■ YOUR INSTRUCTIONS ■
What you give back should be exactly the opening lines of the data, ending with the line that contains "#337=EDGE_LOOP('',(#333,#334,#335,#336));" and including it.

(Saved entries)
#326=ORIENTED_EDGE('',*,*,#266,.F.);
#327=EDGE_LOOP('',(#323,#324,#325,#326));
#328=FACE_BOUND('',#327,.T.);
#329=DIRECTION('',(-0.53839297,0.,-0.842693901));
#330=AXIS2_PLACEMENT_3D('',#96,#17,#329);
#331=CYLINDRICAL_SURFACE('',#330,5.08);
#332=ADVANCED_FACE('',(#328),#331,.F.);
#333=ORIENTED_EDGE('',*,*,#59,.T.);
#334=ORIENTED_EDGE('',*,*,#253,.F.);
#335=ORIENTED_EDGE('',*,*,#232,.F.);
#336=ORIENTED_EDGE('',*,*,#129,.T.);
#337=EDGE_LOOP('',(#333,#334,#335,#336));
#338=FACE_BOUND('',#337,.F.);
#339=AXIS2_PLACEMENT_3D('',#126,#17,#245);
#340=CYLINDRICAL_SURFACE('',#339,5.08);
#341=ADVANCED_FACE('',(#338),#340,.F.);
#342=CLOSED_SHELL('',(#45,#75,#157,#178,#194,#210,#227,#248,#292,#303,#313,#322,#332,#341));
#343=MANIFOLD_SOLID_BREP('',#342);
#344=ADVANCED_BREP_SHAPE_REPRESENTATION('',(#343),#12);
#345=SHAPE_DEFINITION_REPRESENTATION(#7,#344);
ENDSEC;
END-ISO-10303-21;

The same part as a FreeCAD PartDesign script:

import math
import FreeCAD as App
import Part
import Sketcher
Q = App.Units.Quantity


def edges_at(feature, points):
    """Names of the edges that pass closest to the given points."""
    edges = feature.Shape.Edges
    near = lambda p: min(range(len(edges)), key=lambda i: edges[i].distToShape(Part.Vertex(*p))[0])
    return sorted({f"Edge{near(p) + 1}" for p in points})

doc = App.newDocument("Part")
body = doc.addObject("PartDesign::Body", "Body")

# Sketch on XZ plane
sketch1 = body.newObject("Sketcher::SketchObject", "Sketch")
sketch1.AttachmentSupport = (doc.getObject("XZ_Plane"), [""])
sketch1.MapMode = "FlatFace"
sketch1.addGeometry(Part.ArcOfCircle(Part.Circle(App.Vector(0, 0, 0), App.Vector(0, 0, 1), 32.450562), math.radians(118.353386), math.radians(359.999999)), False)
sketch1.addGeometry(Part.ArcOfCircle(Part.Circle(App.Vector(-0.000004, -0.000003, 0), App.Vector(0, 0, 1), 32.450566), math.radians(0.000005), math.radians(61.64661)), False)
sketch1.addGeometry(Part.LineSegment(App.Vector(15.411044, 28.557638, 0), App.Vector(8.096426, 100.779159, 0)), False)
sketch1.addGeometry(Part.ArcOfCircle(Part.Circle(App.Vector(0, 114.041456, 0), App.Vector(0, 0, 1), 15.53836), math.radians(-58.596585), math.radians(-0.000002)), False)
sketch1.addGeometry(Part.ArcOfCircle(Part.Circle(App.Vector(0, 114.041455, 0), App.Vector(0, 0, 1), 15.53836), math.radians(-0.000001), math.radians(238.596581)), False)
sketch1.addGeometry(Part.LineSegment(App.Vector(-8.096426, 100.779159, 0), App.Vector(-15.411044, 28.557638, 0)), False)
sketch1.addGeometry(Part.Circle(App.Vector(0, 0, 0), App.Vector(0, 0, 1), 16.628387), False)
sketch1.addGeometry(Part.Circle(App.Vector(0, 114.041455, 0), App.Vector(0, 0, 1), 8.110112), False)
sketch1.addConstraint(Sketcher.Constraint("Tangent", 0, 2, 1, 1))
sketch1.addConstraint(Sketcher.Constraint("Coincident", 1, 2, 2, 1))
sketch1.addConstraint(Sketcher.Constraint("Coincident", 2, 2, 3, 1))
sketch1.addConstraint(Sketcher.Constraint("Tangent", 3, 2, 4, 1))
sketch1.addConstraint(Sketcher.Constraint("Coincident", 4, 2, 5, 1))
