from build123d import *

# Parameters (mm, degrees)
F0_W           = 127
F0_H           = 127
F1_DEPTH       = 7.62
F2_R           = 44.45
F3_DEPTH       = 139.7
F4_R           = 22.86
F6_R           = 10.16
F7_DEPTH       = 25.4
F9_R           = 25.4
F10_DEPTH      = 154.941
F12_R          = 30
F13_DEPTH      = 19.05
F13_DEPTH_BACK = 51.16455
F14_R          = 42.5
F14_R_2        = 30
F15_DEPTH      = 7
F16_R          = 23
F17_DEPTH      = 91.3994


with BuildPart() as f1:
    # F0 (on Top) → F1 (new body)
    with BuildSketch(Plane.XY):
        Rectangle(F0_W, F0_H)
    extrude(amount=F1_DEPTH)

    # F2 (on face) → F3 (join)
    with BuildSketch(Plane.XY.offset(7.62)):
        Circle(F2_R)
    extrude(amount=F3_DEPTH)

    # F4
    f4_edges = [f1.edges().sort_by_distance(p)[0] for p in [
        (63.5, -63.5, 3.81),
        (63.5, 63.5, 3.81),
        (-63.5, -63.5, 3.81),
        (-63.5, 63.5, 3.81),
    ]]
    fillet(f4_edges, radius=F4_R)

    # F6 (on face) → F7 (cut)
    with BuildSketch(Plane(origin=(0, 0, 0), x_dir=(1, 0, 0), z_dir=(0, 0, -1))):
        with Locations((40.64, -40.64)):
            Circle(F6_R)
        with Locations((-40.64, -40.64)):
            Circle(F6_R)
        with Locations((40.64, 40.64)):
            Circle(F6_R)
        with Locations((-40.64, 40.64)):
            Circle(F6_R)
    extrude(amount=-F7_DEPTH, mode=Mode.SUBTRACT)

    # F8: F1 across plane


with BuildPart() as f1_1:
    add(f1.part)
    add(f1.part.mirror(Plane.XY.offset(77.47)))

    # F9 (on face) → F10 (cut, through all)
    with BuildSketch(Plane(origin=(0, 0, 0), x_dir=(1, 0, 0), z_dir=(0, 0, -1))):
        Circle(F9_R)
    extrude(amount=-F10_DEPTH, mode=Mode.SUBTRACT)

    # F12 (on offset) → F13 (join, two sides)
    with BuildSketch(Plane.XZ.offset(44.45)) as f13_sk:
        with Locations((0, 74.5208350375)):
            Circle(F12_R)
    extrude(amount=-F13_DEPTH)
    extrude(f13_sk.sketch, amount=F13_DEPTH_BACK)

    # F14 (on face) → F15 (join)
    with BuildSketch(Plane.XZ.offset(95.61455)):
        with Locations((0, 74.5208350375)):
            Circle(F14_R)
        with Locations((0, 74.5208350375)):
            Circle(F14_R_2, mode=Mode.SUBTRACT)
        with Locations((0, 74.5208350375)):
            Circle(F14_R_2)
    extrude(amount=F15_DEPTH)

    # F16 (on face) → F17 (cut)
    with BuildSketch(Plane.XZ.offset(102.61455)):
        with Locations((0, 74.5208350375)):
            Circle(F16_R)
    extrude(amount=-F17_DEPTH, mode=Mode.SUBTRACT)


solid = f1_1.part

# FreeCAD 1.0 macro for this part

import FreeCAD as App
import Part
import Sketcher
Q = App.Units.Quantity


def edges_at(feature, points):
    """Names of the edges that pass closest to the given points."""
    edges = feature.Shape.Edges
    near = lambda p: min(range(len(edges)), key=lambda i: edges[i].distToShape(Part.Vertex(*p))[0])
    return sorted({f"Edge{near(p) + 1}" for p in points})

doc = App.newDocument("Part")
params = doc.addObject("Spreadsheet::Sheet", "Params")
for row, (alias, value) in enumerate([
    ("sketch1_width", "5 in"),
    ("pad1_length", "0.3 in"),
    ("sketch2_diameter", "3.5 in"),
    ("pad2_length", "5.5 in"),
    ("fillet_radius", "0.9 in"),
    ("sketch3_diameter", "0.8 in"),
    ("pocket1_length", "1 in"),
    ("sketch4_diameter", "2 in"),
    ("pad3_length", "0.75 in"),
    ("pad3_length2", "51.16455 mm"),
    ("pad4_length", "7 mm"),
    ("pocket3_length", "91.3994 mm"),
], start=1):
    params.set(f"A{row}", alias)
    params.set(f"B{row}", "=" + value)
    params.setAlias(f"B{row}", alias)

body = doc.addObject("PartDesign::Body", "Body")

# Sketch on XY plane
sketch1 = doc.addObject("Sketcher::SketchObject", "Sketch")
body.addObject(sketch1)
sketch1.AttachmentSupport = (doc.XY_Plane, [""])
sketch1.MapMode = "FlatFace"
sketch1.addGeometry([
    Part.LineSegment(App.Vector(-64, 64, 0), App.Vector(-64, -64, 0)),
    Part.LineSegment(App.Vector(-64, -64, 0), App.Vector(64, -64, 0)),
    Part.LineSegment(App.Vector(64, -64, 0), App.Vector(64, 64, 0)),
    Part.LineSegment(App.Vector(64, 64, 0), App.Vector(-64, 64, 0)),
], False)
sketch1.addConstraint([
    Sketcher.Constraint("Coincident", 0, 2, 1, 1),
    Sketcher.Constraint("Coincident", 1, 2, 2, 1),
    Sketcher.Constraint("Coincident", 2, 2, 3, 1),
    Sketcher.Constraint("Coincident", 3, 2, 0, 1),
    Sketcher.Constraint("Vertical", 0),
    Sketcher.Constraint("Horizontal", 1),
    Sketcher.Constraint("Vertical", 2),
    Sketcher.Constraint("Horizontal", 3),
    Sketcher.Constraint("Symmetric", 0, 2, 2, 2, -1, 1),
    Sketcher.Constraint("Equal", 3, 0),
    Sketcher.Constraint("DistanceX", 1, 1, 1, 2, Q("5 in")),
])
sketch1.setExpression("Constraints[10]", "Params.sketch1_width")
pad1 = doc.addObject("PartDesign::Pad", "Pad")
body.addObject(pad1)
pad1.Profile = sketch1
pad1.setExpression("Length", "Params.pad1_length")

# Sketch on XY plane
sketch2 = doc.addObject("Sketcher::SketchObject", "Sketch001")
body.addObject(sketch2)
sketch2.AttachmentSupport = (doc.XY_Plane, [""])
sketch2.MapMode = "FlatFace"
sketch2.AttachmentOffset = App.Placement(App.Vector(0, 0, 0.3 * 25.4), App.Rotation())
sketch2.addGeometry(Part.Circle(App.Vector(0, 0, 0), App.Vector(0, 0, 1), 44), False)
sketch2.addConstraint([
    Sketcher.Constraint("Coincident", 0, 3, -1, 1),
    Sketcher.Constraint("Diameter", 0, Q("3.5 in")),
])
sketch2.setExpression("Constraints[1]", "Params.sketch2_diameter")
pad2 = doc.addObject("PartDesign::Pad", "Pad001")
body.addObject(pad2)
pad2.Profile = sketch2
pad2.setExpression("Length", "Params.pad2_length")
doc.recompute()

fillet = doc.addObject("PartDesign::Fillet", "Fillet")
body.addObject(fillet)
fillet.Base = (pad2, edges_at(pad2, [
    (63.5, -63.5, 3.81),
    (63.5, 63.5, 3.81),
    (-63.5, -63.5, 3.81),
    (-63.5, 63.5, 3.81),
]))
fillet.setExpression("Radius", "Params.fillet_radius")

# Sketch on XY plane
sketch3 = doc.addObject("Sketcher::SketchObject", "Sketch002")
body.addObject(sketch3)
sketch3.AttachmentSupport = (doc.XY_Plane, [""])
sketch3.MapMode = "FlatFace"
sketch3.addGeometry([
    Part.Circle(App.Vector(41, 41, 0), App.Vector(0, 0, 1), 10),
    Part.Circle(App.Vector(-41, 41, 0), App.Vector(0, 0, 1), 10),
    Part.Circle(App.Vector(41, -41, 0), App.Vector(0, 0, 1), 10),
    Part.Circle(App.Vector(-41, -41, 0), App.Vector(0, 0, 1), 10),
], False)
sketch3.addConstraint([
    Sketcher.Constraint("Equal", 0, 1),
    Sketcher.Constraint("Equal", 1, 2),
    Sketcher.Constraint("Equal", 2, 3),
    Sketcher.Constraint("Symmetric", 1, 3, 2, 3, -1, 1),
    Sketcher.Constraint("Symmetric", 0, 3, 3, 3, -1, 1),
    Sketcher.Constraint("Symmetric", 0, 3, 1, 3, -2),
    Sketcher.Constraint("Diameter", 0, Q("0.8 in")),
    Sketcher.Constraint("DistanceX", -1, 1, 0, 3, Q("1.6 in")),
    Sketcher.Constraint("DistanceY", -1, 1, 0, 3, Q("1.6 in")),
])
sketch3.setExpression("Constraints[6]", "Params.sketch3_diameter")
pocket1 = doc.addObject("PartDesign::Pocket", "Pocket")
body.addObject(pocket1)
pocket1.Profile = sketch3
pocket1.setExpression("Length", "Params.pocket1_length")
pocket1.Reversed = True
body2 = doc.addObject("PartDesign::Body", "Body001")
doc.recompute()

body2.BaseFeature = body
doc.recompute()

mirroring = doc.addObject("Part::Mirroring", "Mirroring")
mirroring.Source = body
mirroring.Base = App.Vector(0, 0, 77.47)
mirroring.Normal = App.Vector(0, 0, 1)
body3 = doc.addObject("PartDesign::Body", "Body002")
body3.BaseFeature = mirroring
boolean = doc.addObject("PartDesign::Boolean", "Boolean")
body2.addObject(boolean)
boolean.Type = "Fuse"
boolean.addObjects([body3])
doc.recompute()

# Sketch on XY plane
sketch4 = doc.addObject("Sketcher::SketchObject", "Sketch003")
body2.addObject(sketch4)
sketch4.AttachmentSupport = (doc.getObject("XY_Plane001"), [""])
sketch4.MapMode = "FlatFace"
sketch4.addGeometry(Part.Circle(App.Vector(0, 0, 0), App.Vector(0, 0, 1), 25), False)
sketch4.addConstraint([
    Sketcher.Constraint("Coincident", 0, 3, -1, 1),
    Sketcher.Constraint("Diameter", 0, Q("2 in")),
])
sketch4.setExpression("Constraints[1]", "Params.sketch4_diameter")
pocket2 = doc.addObject("PartDesign::Pocket", "Pocket001")
body2.addObject(pocket2)
pocket2.Profile = sketch4
pocket2.Type = "ThroughAll"
pocket2.Reversed = True

# Sketch on XZ plane
sketch5 = doc.addObject("Sketcher::SketchObject", "Sketch004")
body2.addObject(sketch5)
sketch5.AttachmentSupport = (doc.getObject("XZ_Plane001"), [""])
sketch5.MapMode = "FlatFace"
sketch5.AttachmentOffset = App.Placement(App.Vector(0, 0, 1.75 * 25.4), App.Rotation())
sketch5.addGeometry(Part.Circle(App.Vector(0, 75, 0), App.Vector(0, 0, 1), 30), False)
sketch5.addConstraint([
    Sketcher.Constraint("PointOnObject", 0, 3, -2),
    Sketcher.Constraint("Diameter", 0, 60.0),
    Sketcher.Constraint("DistanceY", -1, 1, 0, 3, 74.520835),
])
pad3 = doc.addObject("PartDesign::Pad", "Pad002")
body2.addObject(pad3)
pad3.Profile = sketch5
pad3.Type = "TwoLengths"
pad3.setExpression("Length", "Params.pad3_length")
pad3.setExpression("Length2", "Params.pad3_length2")
pad3.Reversed = True

# Sketch on XZ plane
sketch6 = doc.addObject("Sketcher::SketchObject", "Sketch005")
body2.addObject(sketch6)
sketch6.AttachmentSupport = (doc.getObject("XZ_Plane001"), [""])
sketch6.MapMode = "FlatFace"
sketch6.AttachmentOffset = App.Placement(App.Vector(0, 0, 95.61455), App.Rotation())
sketch6.addGeometry(Part.Circle(App.Vector(0, 75, 0), App.Vector(0, 0, 1), 42), False)
sketch6.addConstraint([
    Sketcher.Constraint("PointOnObject", 0, 3, -2),
    Sketcher.Constraint("Diameter", 0, 85.0),
    Sketcher.Constraint("DistanceY", -1, 1, 0, 3, 74.520835),
])
pad4 = doc.addObject("PartDesign::Pad", "Pad003")
body2.addObject(pad4)
pad4.Profile = sketch6
pad4.setExpression("Length", "Params.pad4_length")

# Sketch on XZ plane
sketch7 = doc.addObject("Sketcher::SketchObject", "Sketch006")
body2.addObject(sketch7)
sketch7.AttachmentSupport = (doc.getObject("XZ_Plane001"), [""])
sketch7.MapMode = "FlatFace"
sketch7.AttachmentOffset = App.Placement(App.Vector(0, 0, 102.61455), App.Rotation())
sketch7.addGeometry(Part.Circle(App.Vector(0, 75, 0), App.Vector(0, 0, 1), 23), False)
sketch7.addConstraint([
    Sketcher.Constraint("PointOnObject", 0, 3, -2),
    Sketcher.Constraint("Diameter", 0, 46.0),
    Sketcher.Constraint("DistanceY", -1, 1, 0, 3, 74.520835),
])
pocket3 = doc.addObject("PartDesign::Pocket", "Pocket002")
body2.addObject(pocket3)
pocket3.Profile = sketch7
pocket3.setExpression("Length", "Params.pocket3_length")
mirroring.Visibility = False

doc.recompute()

■ THE COMPLETED TASK ■
#326=ORIENTED_EDGE('',*,*,#266,.F.);
#327=EDGE_LOOP('',(#323,#324,#325,#326));
#328=FACE_BOUND('',#327,.T.);
#329=DIRECTION('',(-0.53839297,0.,-0.842693901));
#330=AXIS2_PLACEMENT_3D('',#96,#17,#329);
#331=CYLINDRICAL_SURFACE('',#330,5.08);
#332=ADVANCED_FACE('',(#328),#331,.F.);
#333=ORIENTED_EDGE('',*,*,#59,.T.);
#334=ORIENTED_EDGE('',*,*,#253,.F.);
#335=ORIENTED_EDGE('',*,*,#232,.F.);
#336=ORIENTED_EDGE('',*,*,#129,.T.);
#337=EDGE_LOOP('',(#333,#334,#335,#336));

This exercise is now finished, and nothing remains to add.